» **Exercise details**
Output the lines below exactly, please, from the first line until the line with "POCKET001_DEPTH_BACK = -10.001", counting both.

(Stored data entries)

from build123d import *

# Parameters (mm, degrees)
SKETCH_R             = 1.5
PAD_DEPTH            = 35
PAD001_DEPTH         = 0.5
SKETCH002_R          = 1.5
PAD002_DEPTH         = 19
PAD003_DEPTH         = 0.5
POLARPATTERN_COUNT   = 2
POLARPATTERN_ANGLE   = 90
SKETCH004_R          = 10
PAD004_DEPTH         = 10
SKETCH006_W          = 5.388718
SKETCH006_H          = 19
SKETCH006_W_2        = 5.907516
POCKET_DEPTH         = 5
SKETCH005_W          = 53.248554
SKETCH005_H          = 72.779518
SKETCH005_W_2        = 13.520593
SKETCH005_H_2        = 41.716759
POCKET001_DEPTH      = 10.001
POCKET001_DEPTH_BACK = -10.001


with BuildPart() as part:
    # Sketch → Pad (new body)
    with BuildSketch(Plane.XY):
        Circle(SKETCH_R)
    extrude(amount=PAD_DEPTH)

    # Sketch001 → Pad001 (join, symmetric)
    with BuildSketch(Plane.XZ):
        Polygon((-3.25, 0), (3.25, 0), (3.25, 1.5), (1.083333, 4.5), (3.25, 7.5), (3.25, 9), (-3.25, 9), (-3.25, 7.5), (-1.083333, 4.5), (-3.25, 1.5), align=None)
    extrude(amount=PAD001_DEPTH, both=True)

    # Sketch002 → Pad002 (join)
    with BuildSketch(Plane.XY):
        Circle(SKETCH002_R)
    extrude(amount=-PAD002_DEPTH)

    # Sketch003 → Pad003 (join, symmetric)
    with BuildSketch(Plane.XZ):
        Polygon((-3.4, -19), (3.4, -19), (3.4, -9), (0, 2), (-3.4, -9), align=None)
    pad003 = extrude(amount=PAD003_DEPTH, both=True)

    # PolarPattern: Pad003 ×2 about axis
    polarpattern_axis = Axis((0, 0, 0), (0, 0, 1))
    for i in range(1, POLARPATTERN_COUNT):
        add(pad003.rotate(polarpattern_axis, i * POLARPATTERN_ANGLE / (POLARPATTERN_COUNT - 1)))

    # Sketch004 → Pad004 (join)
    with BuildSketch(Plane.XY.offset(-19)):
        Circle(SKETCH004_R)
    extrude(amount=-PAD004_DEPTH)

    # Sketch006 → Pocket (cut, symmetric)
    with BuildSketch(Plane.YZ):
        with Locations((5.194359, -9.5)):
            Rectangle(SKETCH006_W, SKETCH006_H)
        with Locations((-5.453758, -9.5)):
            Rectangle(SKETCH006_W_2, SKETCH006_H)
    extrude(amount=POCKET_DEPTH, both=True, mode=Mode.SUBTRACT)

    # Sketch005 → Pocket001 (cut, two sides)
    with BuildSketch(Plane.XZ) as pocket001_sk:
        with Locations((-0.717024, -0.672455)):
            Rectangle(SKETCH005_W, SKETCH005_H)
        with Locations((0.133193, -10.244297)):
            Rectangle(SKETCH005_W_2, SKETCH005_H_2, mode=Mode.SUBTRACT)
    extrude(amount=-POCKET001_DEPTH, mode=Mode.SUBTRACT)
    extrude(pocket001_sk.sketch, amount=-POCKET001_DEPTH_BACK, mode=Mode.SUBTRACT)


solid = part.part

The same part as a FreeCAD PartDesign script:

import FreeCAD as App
import Part
import Sketcher

doc = App.newDocument("Part")
params = doc.addObject("Spreadsheet::Sheet", "Params")
for row, (alias, value) in enumerate([
    ("sketch1_diameter", "3 mm"),
    ("pad1_length", "35 mm"),
    ("sketch2_width", "6.5 mm"),
    ("sketch2_height", "1.5 mm"),
    ("pad2_length", "1 mm"),
    ("sketch3_diameter", "3 mm"),
    ("pad3_length", "19 mm"),
    ("sketch4_height", "10 mm"),
    ("sketch4_width", "6.8 mm"),
    ("pad4_length", "1 mm"),
    ("sketch5_diameter", "20 mm"),
    ("pad5_length", "10 mm"),
    ("sketch6_height", "19 mm"),
    ("pocket1_length", "10 mm"),
], start=1):
    params.set(f"A{row}", alias)
    params.set(f"B{row}", "=" + value)
    params.setAlias(f"B{row}", alias)

body = doc.addObject("PartDesign::Body", "Body")

sketch1 = doc.addObject("Sketcher::SketchObject", "Sketch")
body.addObject(sketch1)
sketch1.AttachmentSupport = (doc.XY_Plane, [""])
sketch1.MapMode = "FlatFace"
sketch1.addGeometry(Part.Circle(App.Vector(0, 0, 0), App.Vector(0, 0, 1), 1.5), False)
sketch1.addConstraint([
    Sketcher.Constraint("Coincident", 0, 3, -1, 1),
    Sketcher.Constraint("Diameter", 0, 3.0),
])
sketch1.setExpression("Constraints[1]", "Params.sketch1_diameter")
pad1 = doc.addObject("PartDesign::Pad", "Pad")
body.addObject(pad1)
pad1.Profile = sketch1
pad1.setExpression("Length", "Params.pad1_length")

sketch2 = doc.addObject("Sketcher::SketchObject", "Sketch001")
body.addObject(sketch2)
sketch2.AttachmentSupport = (doc.XZ_Plane, [""])
sketch2.MapMode = "FlatFace"
sketch2.addGeometry([
    Part.LineSegment(App.Vector(-3.25, 0, 0), App.Vector(3.25, 0, 0)),
    Part.LineSegment(App.Vector(3.25, 0, 0), App.Vector(3.25, 1.5, 0)),
    Part.LineSegment(App.Vector(3.25, 1.5, 0), App.Vector(1.083333, 4.5, 0)),
    Part.LineSegment(App.Vector(1.083333, 4.5, 0), App.Vector(3.25, 7.5, 0)),
    Part.LineSegment(App.Vector(3.25, 7.5, 0), App.Vector(3.25, 9, 0)),
    Part.LineSegment(App.Vector(3.25, 9, 0), App.Vector(-3.25, 9, 0)),
    Part.LineSegment(App.Vector(-3.25, 9, 0), App.Vector(-3.25, 7.5, 0)),
    Part.LineSegment(App.Vector(-3.25, 7.5, 0), App.Vector(-1.083333, 4.5, 0)),
    Part.LineSegment(App.Vector(-1.083333, 4.5, 0), App.Vector(-3.25, 1.5, 0)),
    Part.LineSegment(App.Vector(-3.25, 1.5, 0), App.Vector(-3.25, 0, 0)),
], False)
sketch2.addConstraint([
    Sketcher.Constraint("Coincident", 0, 2, 1, 1),
    Sketcher.Constraint("Coincident", 1, 2, 2, 1),
    Sketcher.Constraint("Coincident", 2, 2, 3, 1),
    Sketcher.Constraint("Coincident", 3, 2, 4, 1),
    Sketcher.Constraint("Coincident", 4, 2, 5, 1),
    Sketcher.Constraint("Coincident", 5, 2, 6, 1),
    Sketcher.Constraint("Coincident", 6, 2, 7, 1),
    Sketcher.Constraint("Coincident", 7, 2, 8, 1),
    Sketcher.Constraint("Coincident", 8, 2, 9, 1),
    Sketcher.Constraint("Coincident", 9, 2, 0, 1),
    Sketcher.Constraint("Horizontal", 0),
    Sketcher.Constraint("Vertical", 1),
    Sketcher.Constraint("Vertical", 4),
    Sketcher.Constraint("Horizontal", 5),
    Sketcher.Constraint("Vertical", 6),
    Sketcher.Constraint("Vertical", 9),
    Sketcher.Constraint("Symmetric", 0, 2, 9, 2, -1, 1),
    Sketcher.Constraint("Symmetric", 3, 2, 6, 2, -2),
    Sketcher.Constraint("Symmetric", 2, 2, 7, 2, -2),
    Sketcher.Constraint("Parallel", 2, 7),
    Sketcher.Constraint("Parallel", 3, 8),
    Sketcher.Constraint("Vertical", 1, 2, 3, 2),
    Sketcher.Constraint("Equal", 1, 4),
    Sketcher.Constraint("DistanceX", 0, 1, 0, 2, 6.5),
    Sketcher.Constraint("DistanceY", 1, 1, 1, 2, 1.5),
    Sketcher.Constraint("DistanceY", -1, 1, 4, 2, 9.0),
    Sketcher.Constraint("Distance", 2, 3.700601),
])
sketch2.setExpression("Constraints[23]", "Params.sketch2_width")
sketch2.setExpression("Constraints[24]", "Params.sketch2_height")
pad2 = doc.addObject("PartDesign::Pad", "Pad001")
body.addObject(pad2)
pad2.Profile = sketch2
pad2.setExpression("Length", "Params.pad2_length")
pad2.Midplane = True

sketch3 = doc.addObject("Sketcher::SketchObject", "Sketch002")
body.addObject(sketch3)
sketch3.AttachmentSupport = (doc.XY_Plane, [""])
sketch3.MapMode = "FlatFace"
sketch3.addGeometry(Part.Circle(App.Vector(0, 0, 0), App.Vector(0, 0, 1), 1.5), False)
sketch3.addConstraint([
    Sketcher.Constraint("Coincident", 0, 3, -1, 1),
    Sketcher.Constraint("Diameter", 0, 3.0),
])
sketch3.setExpression("Constraints[1]", "Params.sketch3_diameter")
pad3 = doc.addObject("PartDesign::Pad", "Pad002")
body.addObject(pad3)
pad3.Profile = sketch3
pad3.setExpression("Length", "Params.pad3_length")
pad3.Reversed = True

» **Answer to the problem**
from build123d import *

# Parameters (mm, degrees)
SKETCH_R             = 1.5
PAD_DEPTH            = 35
PAD001_DEPTH         = 0.5
SKETCH002_R          = 1.5
PAD002_DEPTH         = 19
PAD003_DEPTH         = 0.5
POLARPATTERN_COUNT   = 2
POLARPATTERN_ANGLE   = 90
SKETCH004_R          = 10
PAD004_DEPTH         = 10
SKETCH006_W          = 5.388718
SKETCH006_H          = 19
SKETCH006_W_2        = 5.907516
POCKET_DEPTH         = 5
SKETCH005_W          = 53.248554
SKETCH005_H          = 72.779518
SKETCH005_W_2        = 13.520593
SKETCH005_H_2        = 41.716759
POCKET001_DEPTH      = 10.001
POCKET001_DEPTH_BACK = -10.001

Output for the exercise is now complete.